5. GOODWILL AND RELATED INTANGIBLE ASSETS

Goodwill

The changes in the carrying amount of goodwill for the nine months ended September 30, 2013 are as follows (in thousands):

Balance as of December 31, 2012 $ 359,863  
Impairment   (21,040 )
Acquired goodwill   2,466  
Working capital / acquisition adjustments   252  
Foreign currency translation   (96 )
Balance as of September 30, 2013 $ 341,445  

 

The goodwill balances as of September 30, 2013 and December 31, 2012 are net of accumulated impairment losses of $150,965,000 and $129,925,000, respectively.

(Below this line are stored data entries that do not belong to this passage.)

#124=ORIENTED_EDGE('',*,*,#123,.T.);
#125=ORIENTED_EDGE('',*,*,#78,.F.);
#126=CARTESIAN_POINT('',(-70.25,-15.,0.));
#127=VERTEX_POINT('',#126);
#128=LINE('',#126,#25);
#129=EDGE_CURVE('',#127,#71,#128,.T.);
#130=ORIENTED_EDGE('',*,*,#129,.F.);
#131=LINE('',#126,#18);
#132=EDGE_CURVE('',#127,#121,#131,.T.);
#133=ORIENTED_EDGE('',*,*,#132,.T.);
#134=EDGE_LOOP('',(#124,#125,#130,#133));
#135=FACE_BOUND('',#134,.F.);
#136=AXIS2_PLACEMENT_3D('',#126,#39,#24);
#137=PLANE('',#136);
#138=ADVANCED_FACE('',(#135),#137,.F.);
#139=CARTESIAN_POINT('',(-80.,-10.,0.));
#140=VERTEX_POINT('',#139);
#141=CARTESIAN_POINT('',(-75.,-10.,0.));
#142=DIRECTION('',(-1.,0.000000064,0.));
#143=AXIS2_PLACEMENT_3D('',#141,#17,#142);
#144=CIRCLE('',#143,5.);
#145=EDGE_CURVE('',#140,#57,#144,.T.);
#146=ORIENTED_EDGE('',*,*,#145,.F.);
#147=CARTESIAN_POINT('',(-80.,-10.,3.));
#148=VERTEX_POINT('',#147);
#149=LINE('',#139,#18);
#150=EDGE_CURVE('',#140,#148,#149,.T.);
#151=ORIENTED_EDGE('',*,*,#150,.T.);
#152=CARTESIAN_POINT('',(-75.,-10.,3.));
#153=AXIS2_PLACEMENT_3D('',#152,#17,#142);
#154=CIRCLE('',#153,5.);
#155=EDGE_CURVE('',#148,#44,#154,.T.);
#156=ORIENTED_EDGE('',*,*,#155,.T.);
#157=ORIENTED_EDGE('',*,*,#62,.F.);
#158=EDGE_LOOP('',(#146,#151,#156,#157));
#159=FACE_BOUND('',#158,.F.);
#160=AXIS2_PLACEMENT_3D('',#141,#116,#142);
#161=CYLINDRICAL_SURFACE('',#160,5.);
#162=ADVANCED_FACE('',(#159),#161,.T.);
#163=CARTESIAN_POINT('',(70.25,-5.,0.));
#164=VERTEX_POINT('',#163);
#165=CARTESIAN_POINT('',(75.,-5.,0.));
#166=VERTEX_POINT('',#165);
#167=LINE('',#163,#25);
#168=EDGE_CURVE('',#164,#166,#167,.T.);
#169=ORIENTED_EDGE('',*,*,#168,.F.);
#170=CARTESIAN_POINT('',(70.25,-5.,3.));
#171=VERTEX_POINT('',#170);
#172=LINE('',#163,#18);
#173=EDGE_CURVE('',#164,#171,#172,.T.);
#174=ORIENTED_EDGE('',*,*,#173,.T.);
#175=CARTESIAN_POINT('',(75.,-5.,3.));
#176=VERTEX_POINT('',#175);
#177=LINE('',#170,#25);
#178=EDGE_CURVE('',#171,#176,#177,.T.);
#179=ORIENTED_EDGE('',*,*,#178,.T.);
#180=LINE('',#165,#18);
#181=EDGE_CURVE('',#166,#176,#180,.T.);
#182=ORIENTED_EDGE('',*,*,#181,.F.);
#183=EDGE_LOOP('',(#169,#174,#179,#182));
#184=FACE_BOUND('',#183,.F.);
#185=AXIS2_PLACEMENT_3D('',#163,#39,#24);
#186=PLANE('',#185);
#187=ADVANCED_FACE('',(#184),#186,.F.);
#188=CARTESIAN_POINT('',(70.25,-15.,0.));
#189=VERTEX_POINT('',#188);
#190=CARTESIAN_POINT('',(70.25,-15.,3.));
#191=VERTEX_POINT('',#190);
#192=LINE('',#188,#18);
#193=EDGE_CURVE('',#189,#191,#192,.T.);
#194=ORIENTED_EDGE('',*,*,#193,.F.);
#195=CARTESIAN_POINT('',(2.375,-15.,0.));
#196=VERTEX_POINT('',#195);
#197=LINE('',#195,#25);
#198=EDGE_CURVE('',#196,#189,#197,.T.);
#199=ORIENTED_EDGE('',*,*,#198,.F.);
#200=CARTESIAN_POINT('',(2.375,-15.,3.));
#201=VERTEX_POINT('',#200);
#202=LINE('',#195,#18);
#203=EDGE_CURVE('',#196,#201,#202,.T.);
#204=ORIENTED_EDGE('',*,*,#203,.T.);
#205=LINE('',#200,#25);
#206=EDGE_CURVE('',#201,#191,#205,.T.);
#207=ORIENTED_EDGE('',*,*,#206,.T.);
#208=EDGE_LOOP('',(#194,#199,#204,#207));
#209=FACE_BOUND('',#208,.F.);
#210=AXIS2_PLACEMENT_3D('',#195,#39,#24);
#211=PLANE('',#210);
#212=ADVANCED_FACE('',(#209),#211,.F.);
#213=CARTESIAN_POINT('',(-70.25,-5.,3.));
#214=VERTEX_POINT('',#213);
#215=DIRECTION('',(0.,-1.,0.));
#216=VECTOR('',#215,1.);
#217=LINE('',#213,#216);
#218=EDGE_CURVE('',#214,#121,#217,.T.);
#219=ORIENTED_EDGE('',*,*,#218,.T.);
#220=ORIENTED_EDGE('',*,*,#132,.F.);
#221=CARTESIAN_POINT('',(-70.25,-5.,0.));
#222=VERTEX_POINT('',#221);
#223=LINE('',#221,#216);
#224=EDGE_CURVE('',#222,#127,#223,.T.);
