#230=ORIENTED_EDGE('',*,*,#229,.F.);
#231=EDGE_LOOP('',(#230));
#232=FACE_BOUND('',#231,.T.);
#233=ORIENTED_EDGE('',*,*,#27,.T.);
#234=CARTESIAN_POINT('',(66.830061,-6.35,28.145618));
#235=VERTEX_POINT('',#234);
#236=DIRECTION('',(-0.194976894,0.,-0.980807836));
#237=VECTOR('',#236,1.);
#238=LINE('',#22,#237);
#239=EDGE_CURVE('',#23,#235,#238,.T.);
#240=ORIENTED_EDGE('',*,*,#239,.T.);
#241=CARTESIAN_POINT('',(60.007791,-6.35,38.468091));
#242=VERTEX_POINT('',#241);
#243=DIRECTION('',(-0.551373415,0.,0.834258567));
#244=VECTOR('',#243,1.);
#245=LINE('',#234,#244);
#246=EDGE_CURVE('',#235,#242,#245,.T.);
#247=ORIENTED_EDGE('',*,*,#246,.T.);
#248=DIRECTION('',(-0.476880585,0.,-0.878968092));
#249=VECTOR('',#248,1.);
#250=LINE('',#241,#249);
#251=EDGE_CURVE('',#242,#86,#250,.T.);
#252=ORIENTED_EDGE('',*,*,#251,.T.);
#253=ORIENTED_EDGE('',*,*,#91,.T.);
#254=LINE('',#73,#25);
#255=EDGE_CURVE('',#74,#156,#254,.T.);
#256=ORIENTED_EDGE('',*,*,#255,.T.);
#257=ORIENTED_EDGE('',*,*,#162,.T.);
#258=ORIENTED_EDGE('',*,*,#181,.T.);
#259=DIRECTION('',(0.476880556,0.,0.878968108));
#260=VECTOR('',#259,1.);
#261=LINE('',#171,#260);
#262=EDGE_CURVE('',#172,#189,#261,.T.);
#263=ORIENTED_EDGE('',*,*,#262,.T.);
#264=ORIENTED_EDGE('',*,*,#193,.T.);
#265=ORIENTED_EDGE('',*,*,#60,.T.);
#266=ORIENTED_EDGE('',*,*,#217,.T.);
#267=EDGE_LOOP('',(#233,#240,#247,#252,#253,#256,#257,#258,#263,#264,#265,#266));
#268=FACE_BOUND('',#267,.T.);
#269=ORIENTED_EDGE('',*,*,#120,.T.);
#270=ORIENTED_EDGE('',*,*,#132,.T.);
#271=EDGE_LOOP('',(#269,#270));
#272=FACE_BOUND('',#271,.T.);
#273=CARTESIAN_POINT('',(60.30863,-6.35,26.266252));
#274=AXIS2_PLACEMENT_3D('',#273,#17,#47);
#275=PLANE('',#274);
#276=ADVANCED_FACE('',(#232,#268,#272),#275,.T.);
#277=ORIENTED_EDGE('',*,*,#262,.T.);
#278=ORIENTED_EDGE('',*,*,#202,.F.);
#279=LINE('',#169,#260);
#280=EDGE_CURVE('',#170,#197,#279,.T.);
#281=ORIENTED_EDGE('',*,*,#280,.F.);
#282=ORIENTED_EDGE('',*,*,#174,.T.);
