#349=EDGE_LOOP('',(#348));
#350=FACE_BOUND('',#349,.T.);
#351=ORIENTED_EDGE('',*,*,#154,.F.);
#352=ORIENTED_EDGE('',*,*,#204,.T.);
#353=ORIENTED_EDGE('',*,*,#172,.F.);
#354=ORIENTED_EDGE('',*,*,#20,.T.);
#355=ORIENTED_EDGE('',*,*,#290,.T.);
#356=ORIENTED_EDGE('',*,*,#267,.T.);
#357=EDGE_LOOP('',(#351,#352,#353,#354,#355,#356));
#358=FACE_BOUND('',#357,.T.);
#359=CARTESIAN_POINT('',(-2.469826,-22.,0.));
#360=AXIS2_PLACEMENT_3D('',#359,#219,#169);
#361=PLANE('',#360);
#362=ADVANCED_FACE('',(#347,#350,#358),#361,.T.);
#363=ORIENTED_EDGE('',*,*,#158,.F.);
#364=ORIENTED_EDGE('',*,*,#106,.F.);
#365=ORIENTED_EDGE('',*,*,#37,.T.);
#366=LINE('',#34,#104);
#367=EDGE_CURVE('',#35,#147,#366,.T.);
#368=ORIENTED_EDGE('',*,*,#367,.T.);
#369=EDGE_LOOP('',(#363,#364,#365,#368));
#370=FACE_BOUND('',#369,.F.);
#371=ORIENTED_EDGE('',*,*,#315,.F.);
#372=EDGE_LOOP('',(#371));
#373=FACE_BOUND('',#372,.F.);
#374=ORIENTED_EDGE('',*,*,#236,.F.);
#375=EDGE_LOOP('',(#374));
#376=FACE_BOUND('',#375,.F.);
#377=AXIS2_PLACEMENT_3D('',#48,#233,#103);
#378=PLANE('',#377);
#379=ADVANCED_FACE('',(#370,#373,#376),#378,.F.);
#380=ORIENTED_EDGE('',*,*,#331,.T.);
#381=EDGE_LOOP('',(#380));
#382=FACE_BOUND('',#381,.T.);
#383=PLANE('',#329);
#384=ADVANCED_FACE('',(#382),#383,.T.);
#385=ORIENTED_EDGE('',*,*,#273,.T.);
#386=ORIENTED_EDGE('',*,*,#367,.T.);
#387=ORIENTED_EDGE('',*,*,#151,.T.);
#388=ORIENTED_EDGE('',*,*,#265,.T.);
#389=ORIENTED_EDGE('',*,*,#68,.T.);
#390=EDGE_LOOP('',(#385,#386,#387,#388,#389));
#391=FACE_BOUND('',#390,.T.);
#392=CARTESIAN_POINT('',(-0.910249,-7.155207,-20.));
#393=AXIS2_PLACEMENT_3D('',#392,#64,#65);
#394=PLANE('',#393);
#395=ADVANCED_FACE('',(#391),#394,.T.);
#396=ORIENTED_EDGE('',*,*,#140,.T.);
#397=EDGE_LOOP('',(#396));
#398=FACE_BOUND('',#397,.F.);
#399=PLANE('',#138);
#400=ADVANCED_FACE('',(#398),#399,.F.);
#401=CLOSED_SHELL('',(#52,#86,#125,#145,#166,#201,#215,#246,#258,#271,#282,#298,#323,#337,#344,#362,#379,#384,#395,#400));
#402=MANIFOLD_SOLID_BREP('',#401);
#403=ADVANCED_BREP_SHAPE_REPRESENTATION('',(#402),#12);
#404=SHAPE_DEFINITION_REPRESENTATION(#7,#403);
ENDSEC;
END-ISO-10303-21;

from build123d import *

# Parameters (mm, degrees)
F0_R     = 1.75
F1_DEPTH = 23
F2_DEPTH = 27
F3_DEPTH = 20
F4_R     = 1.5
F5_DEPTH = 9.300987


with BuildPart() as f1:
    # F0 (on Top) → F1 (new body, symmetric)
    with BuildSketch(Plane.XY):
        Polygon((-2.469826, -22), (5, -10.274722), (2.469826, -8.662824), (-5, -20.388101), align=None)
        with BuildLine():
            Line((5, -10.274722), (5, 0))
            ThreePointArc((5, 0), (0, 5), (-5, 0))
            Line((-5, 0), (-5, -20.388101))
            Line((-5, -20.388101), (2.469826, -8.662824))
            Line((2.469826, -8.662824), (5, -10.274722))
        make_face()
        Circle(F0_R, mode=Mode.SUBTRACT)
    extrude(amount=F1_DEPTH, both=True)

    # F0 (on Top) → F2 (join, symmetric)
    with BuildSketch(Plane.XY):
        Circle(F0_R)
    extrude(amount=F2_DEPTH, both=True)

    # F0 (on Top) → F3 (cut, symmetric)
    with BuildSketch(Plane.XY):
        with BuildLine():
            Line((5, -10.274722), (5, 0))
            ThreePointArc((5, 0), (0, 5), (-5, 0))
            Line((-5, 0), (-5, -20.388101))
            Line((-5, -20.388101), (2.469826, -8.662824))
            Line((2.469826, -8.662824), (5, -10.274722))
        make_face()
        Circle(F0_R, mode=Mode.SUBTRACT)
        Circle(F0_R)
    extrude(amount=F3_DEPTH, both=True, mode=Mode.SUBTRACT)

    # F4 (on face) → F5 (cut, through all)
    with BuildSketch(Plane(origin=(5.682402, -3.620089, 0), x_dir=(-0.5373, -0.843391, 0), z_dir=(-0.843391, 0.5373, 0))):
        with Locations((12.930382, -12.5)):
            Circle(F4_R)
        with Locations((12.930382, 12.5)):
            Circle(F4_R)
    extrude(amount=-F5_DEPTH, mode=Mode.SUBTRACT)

The Company accounts for goodwill and intangibles in accordance with paragraph 35-30 of Subtopic 350-20, Goodwill, of the Financial Accounting Standard Board's Accounting Standards Codification. This standard prohibits the amortization of goodwill and intangible assets with indefinite useful lives. The statement requires that these assets be reviewed for impairment at least annually. Intangible assets with finite lives are amortized over their estimated useful lives. Paragraph 35-30 of Subtopic 350-20 further states that goodwill of a reporting unit shall be tested for impairment between annual tests if an event occurs or circumstances change that would more likely than not reduce the fair value of a reporting unit below its carrying amount.

During the third quarter of 2013, we significantly revised our 2013 forecast to reflect lower revenue and operating margin expectations for the Company. As a result, we concluded there was an indicator of impairment requiring an interim impairment test for four of our reporting units.

Step one of the impairment test consists of comparing the fair value of a reporting unit with its carrying amount including goodwill. The fair value of each reporting unit was determined using two valuation techniques: an income approach and a market approach. Each valuation approach relies on significant assumptions including a weighted average cost of capital (WACC). The WACC is calculated based upon the capital structure of nine market participants in the Company's peer group. The WACC used during the interim impairment test ranged from 12.9% to 13.4%. Other assumptions used to calculate a fair value for each reporting unit include projected revenue growth, forecasted cash flows, and earnings multiples based on the market value of the Company and nine market participants in a peer group. A third-party forecast of U.S. structures starts and housing starts was utilized to determine the projected revenue growth of future periods from non-residential industrial, and residential-related markets, respectively.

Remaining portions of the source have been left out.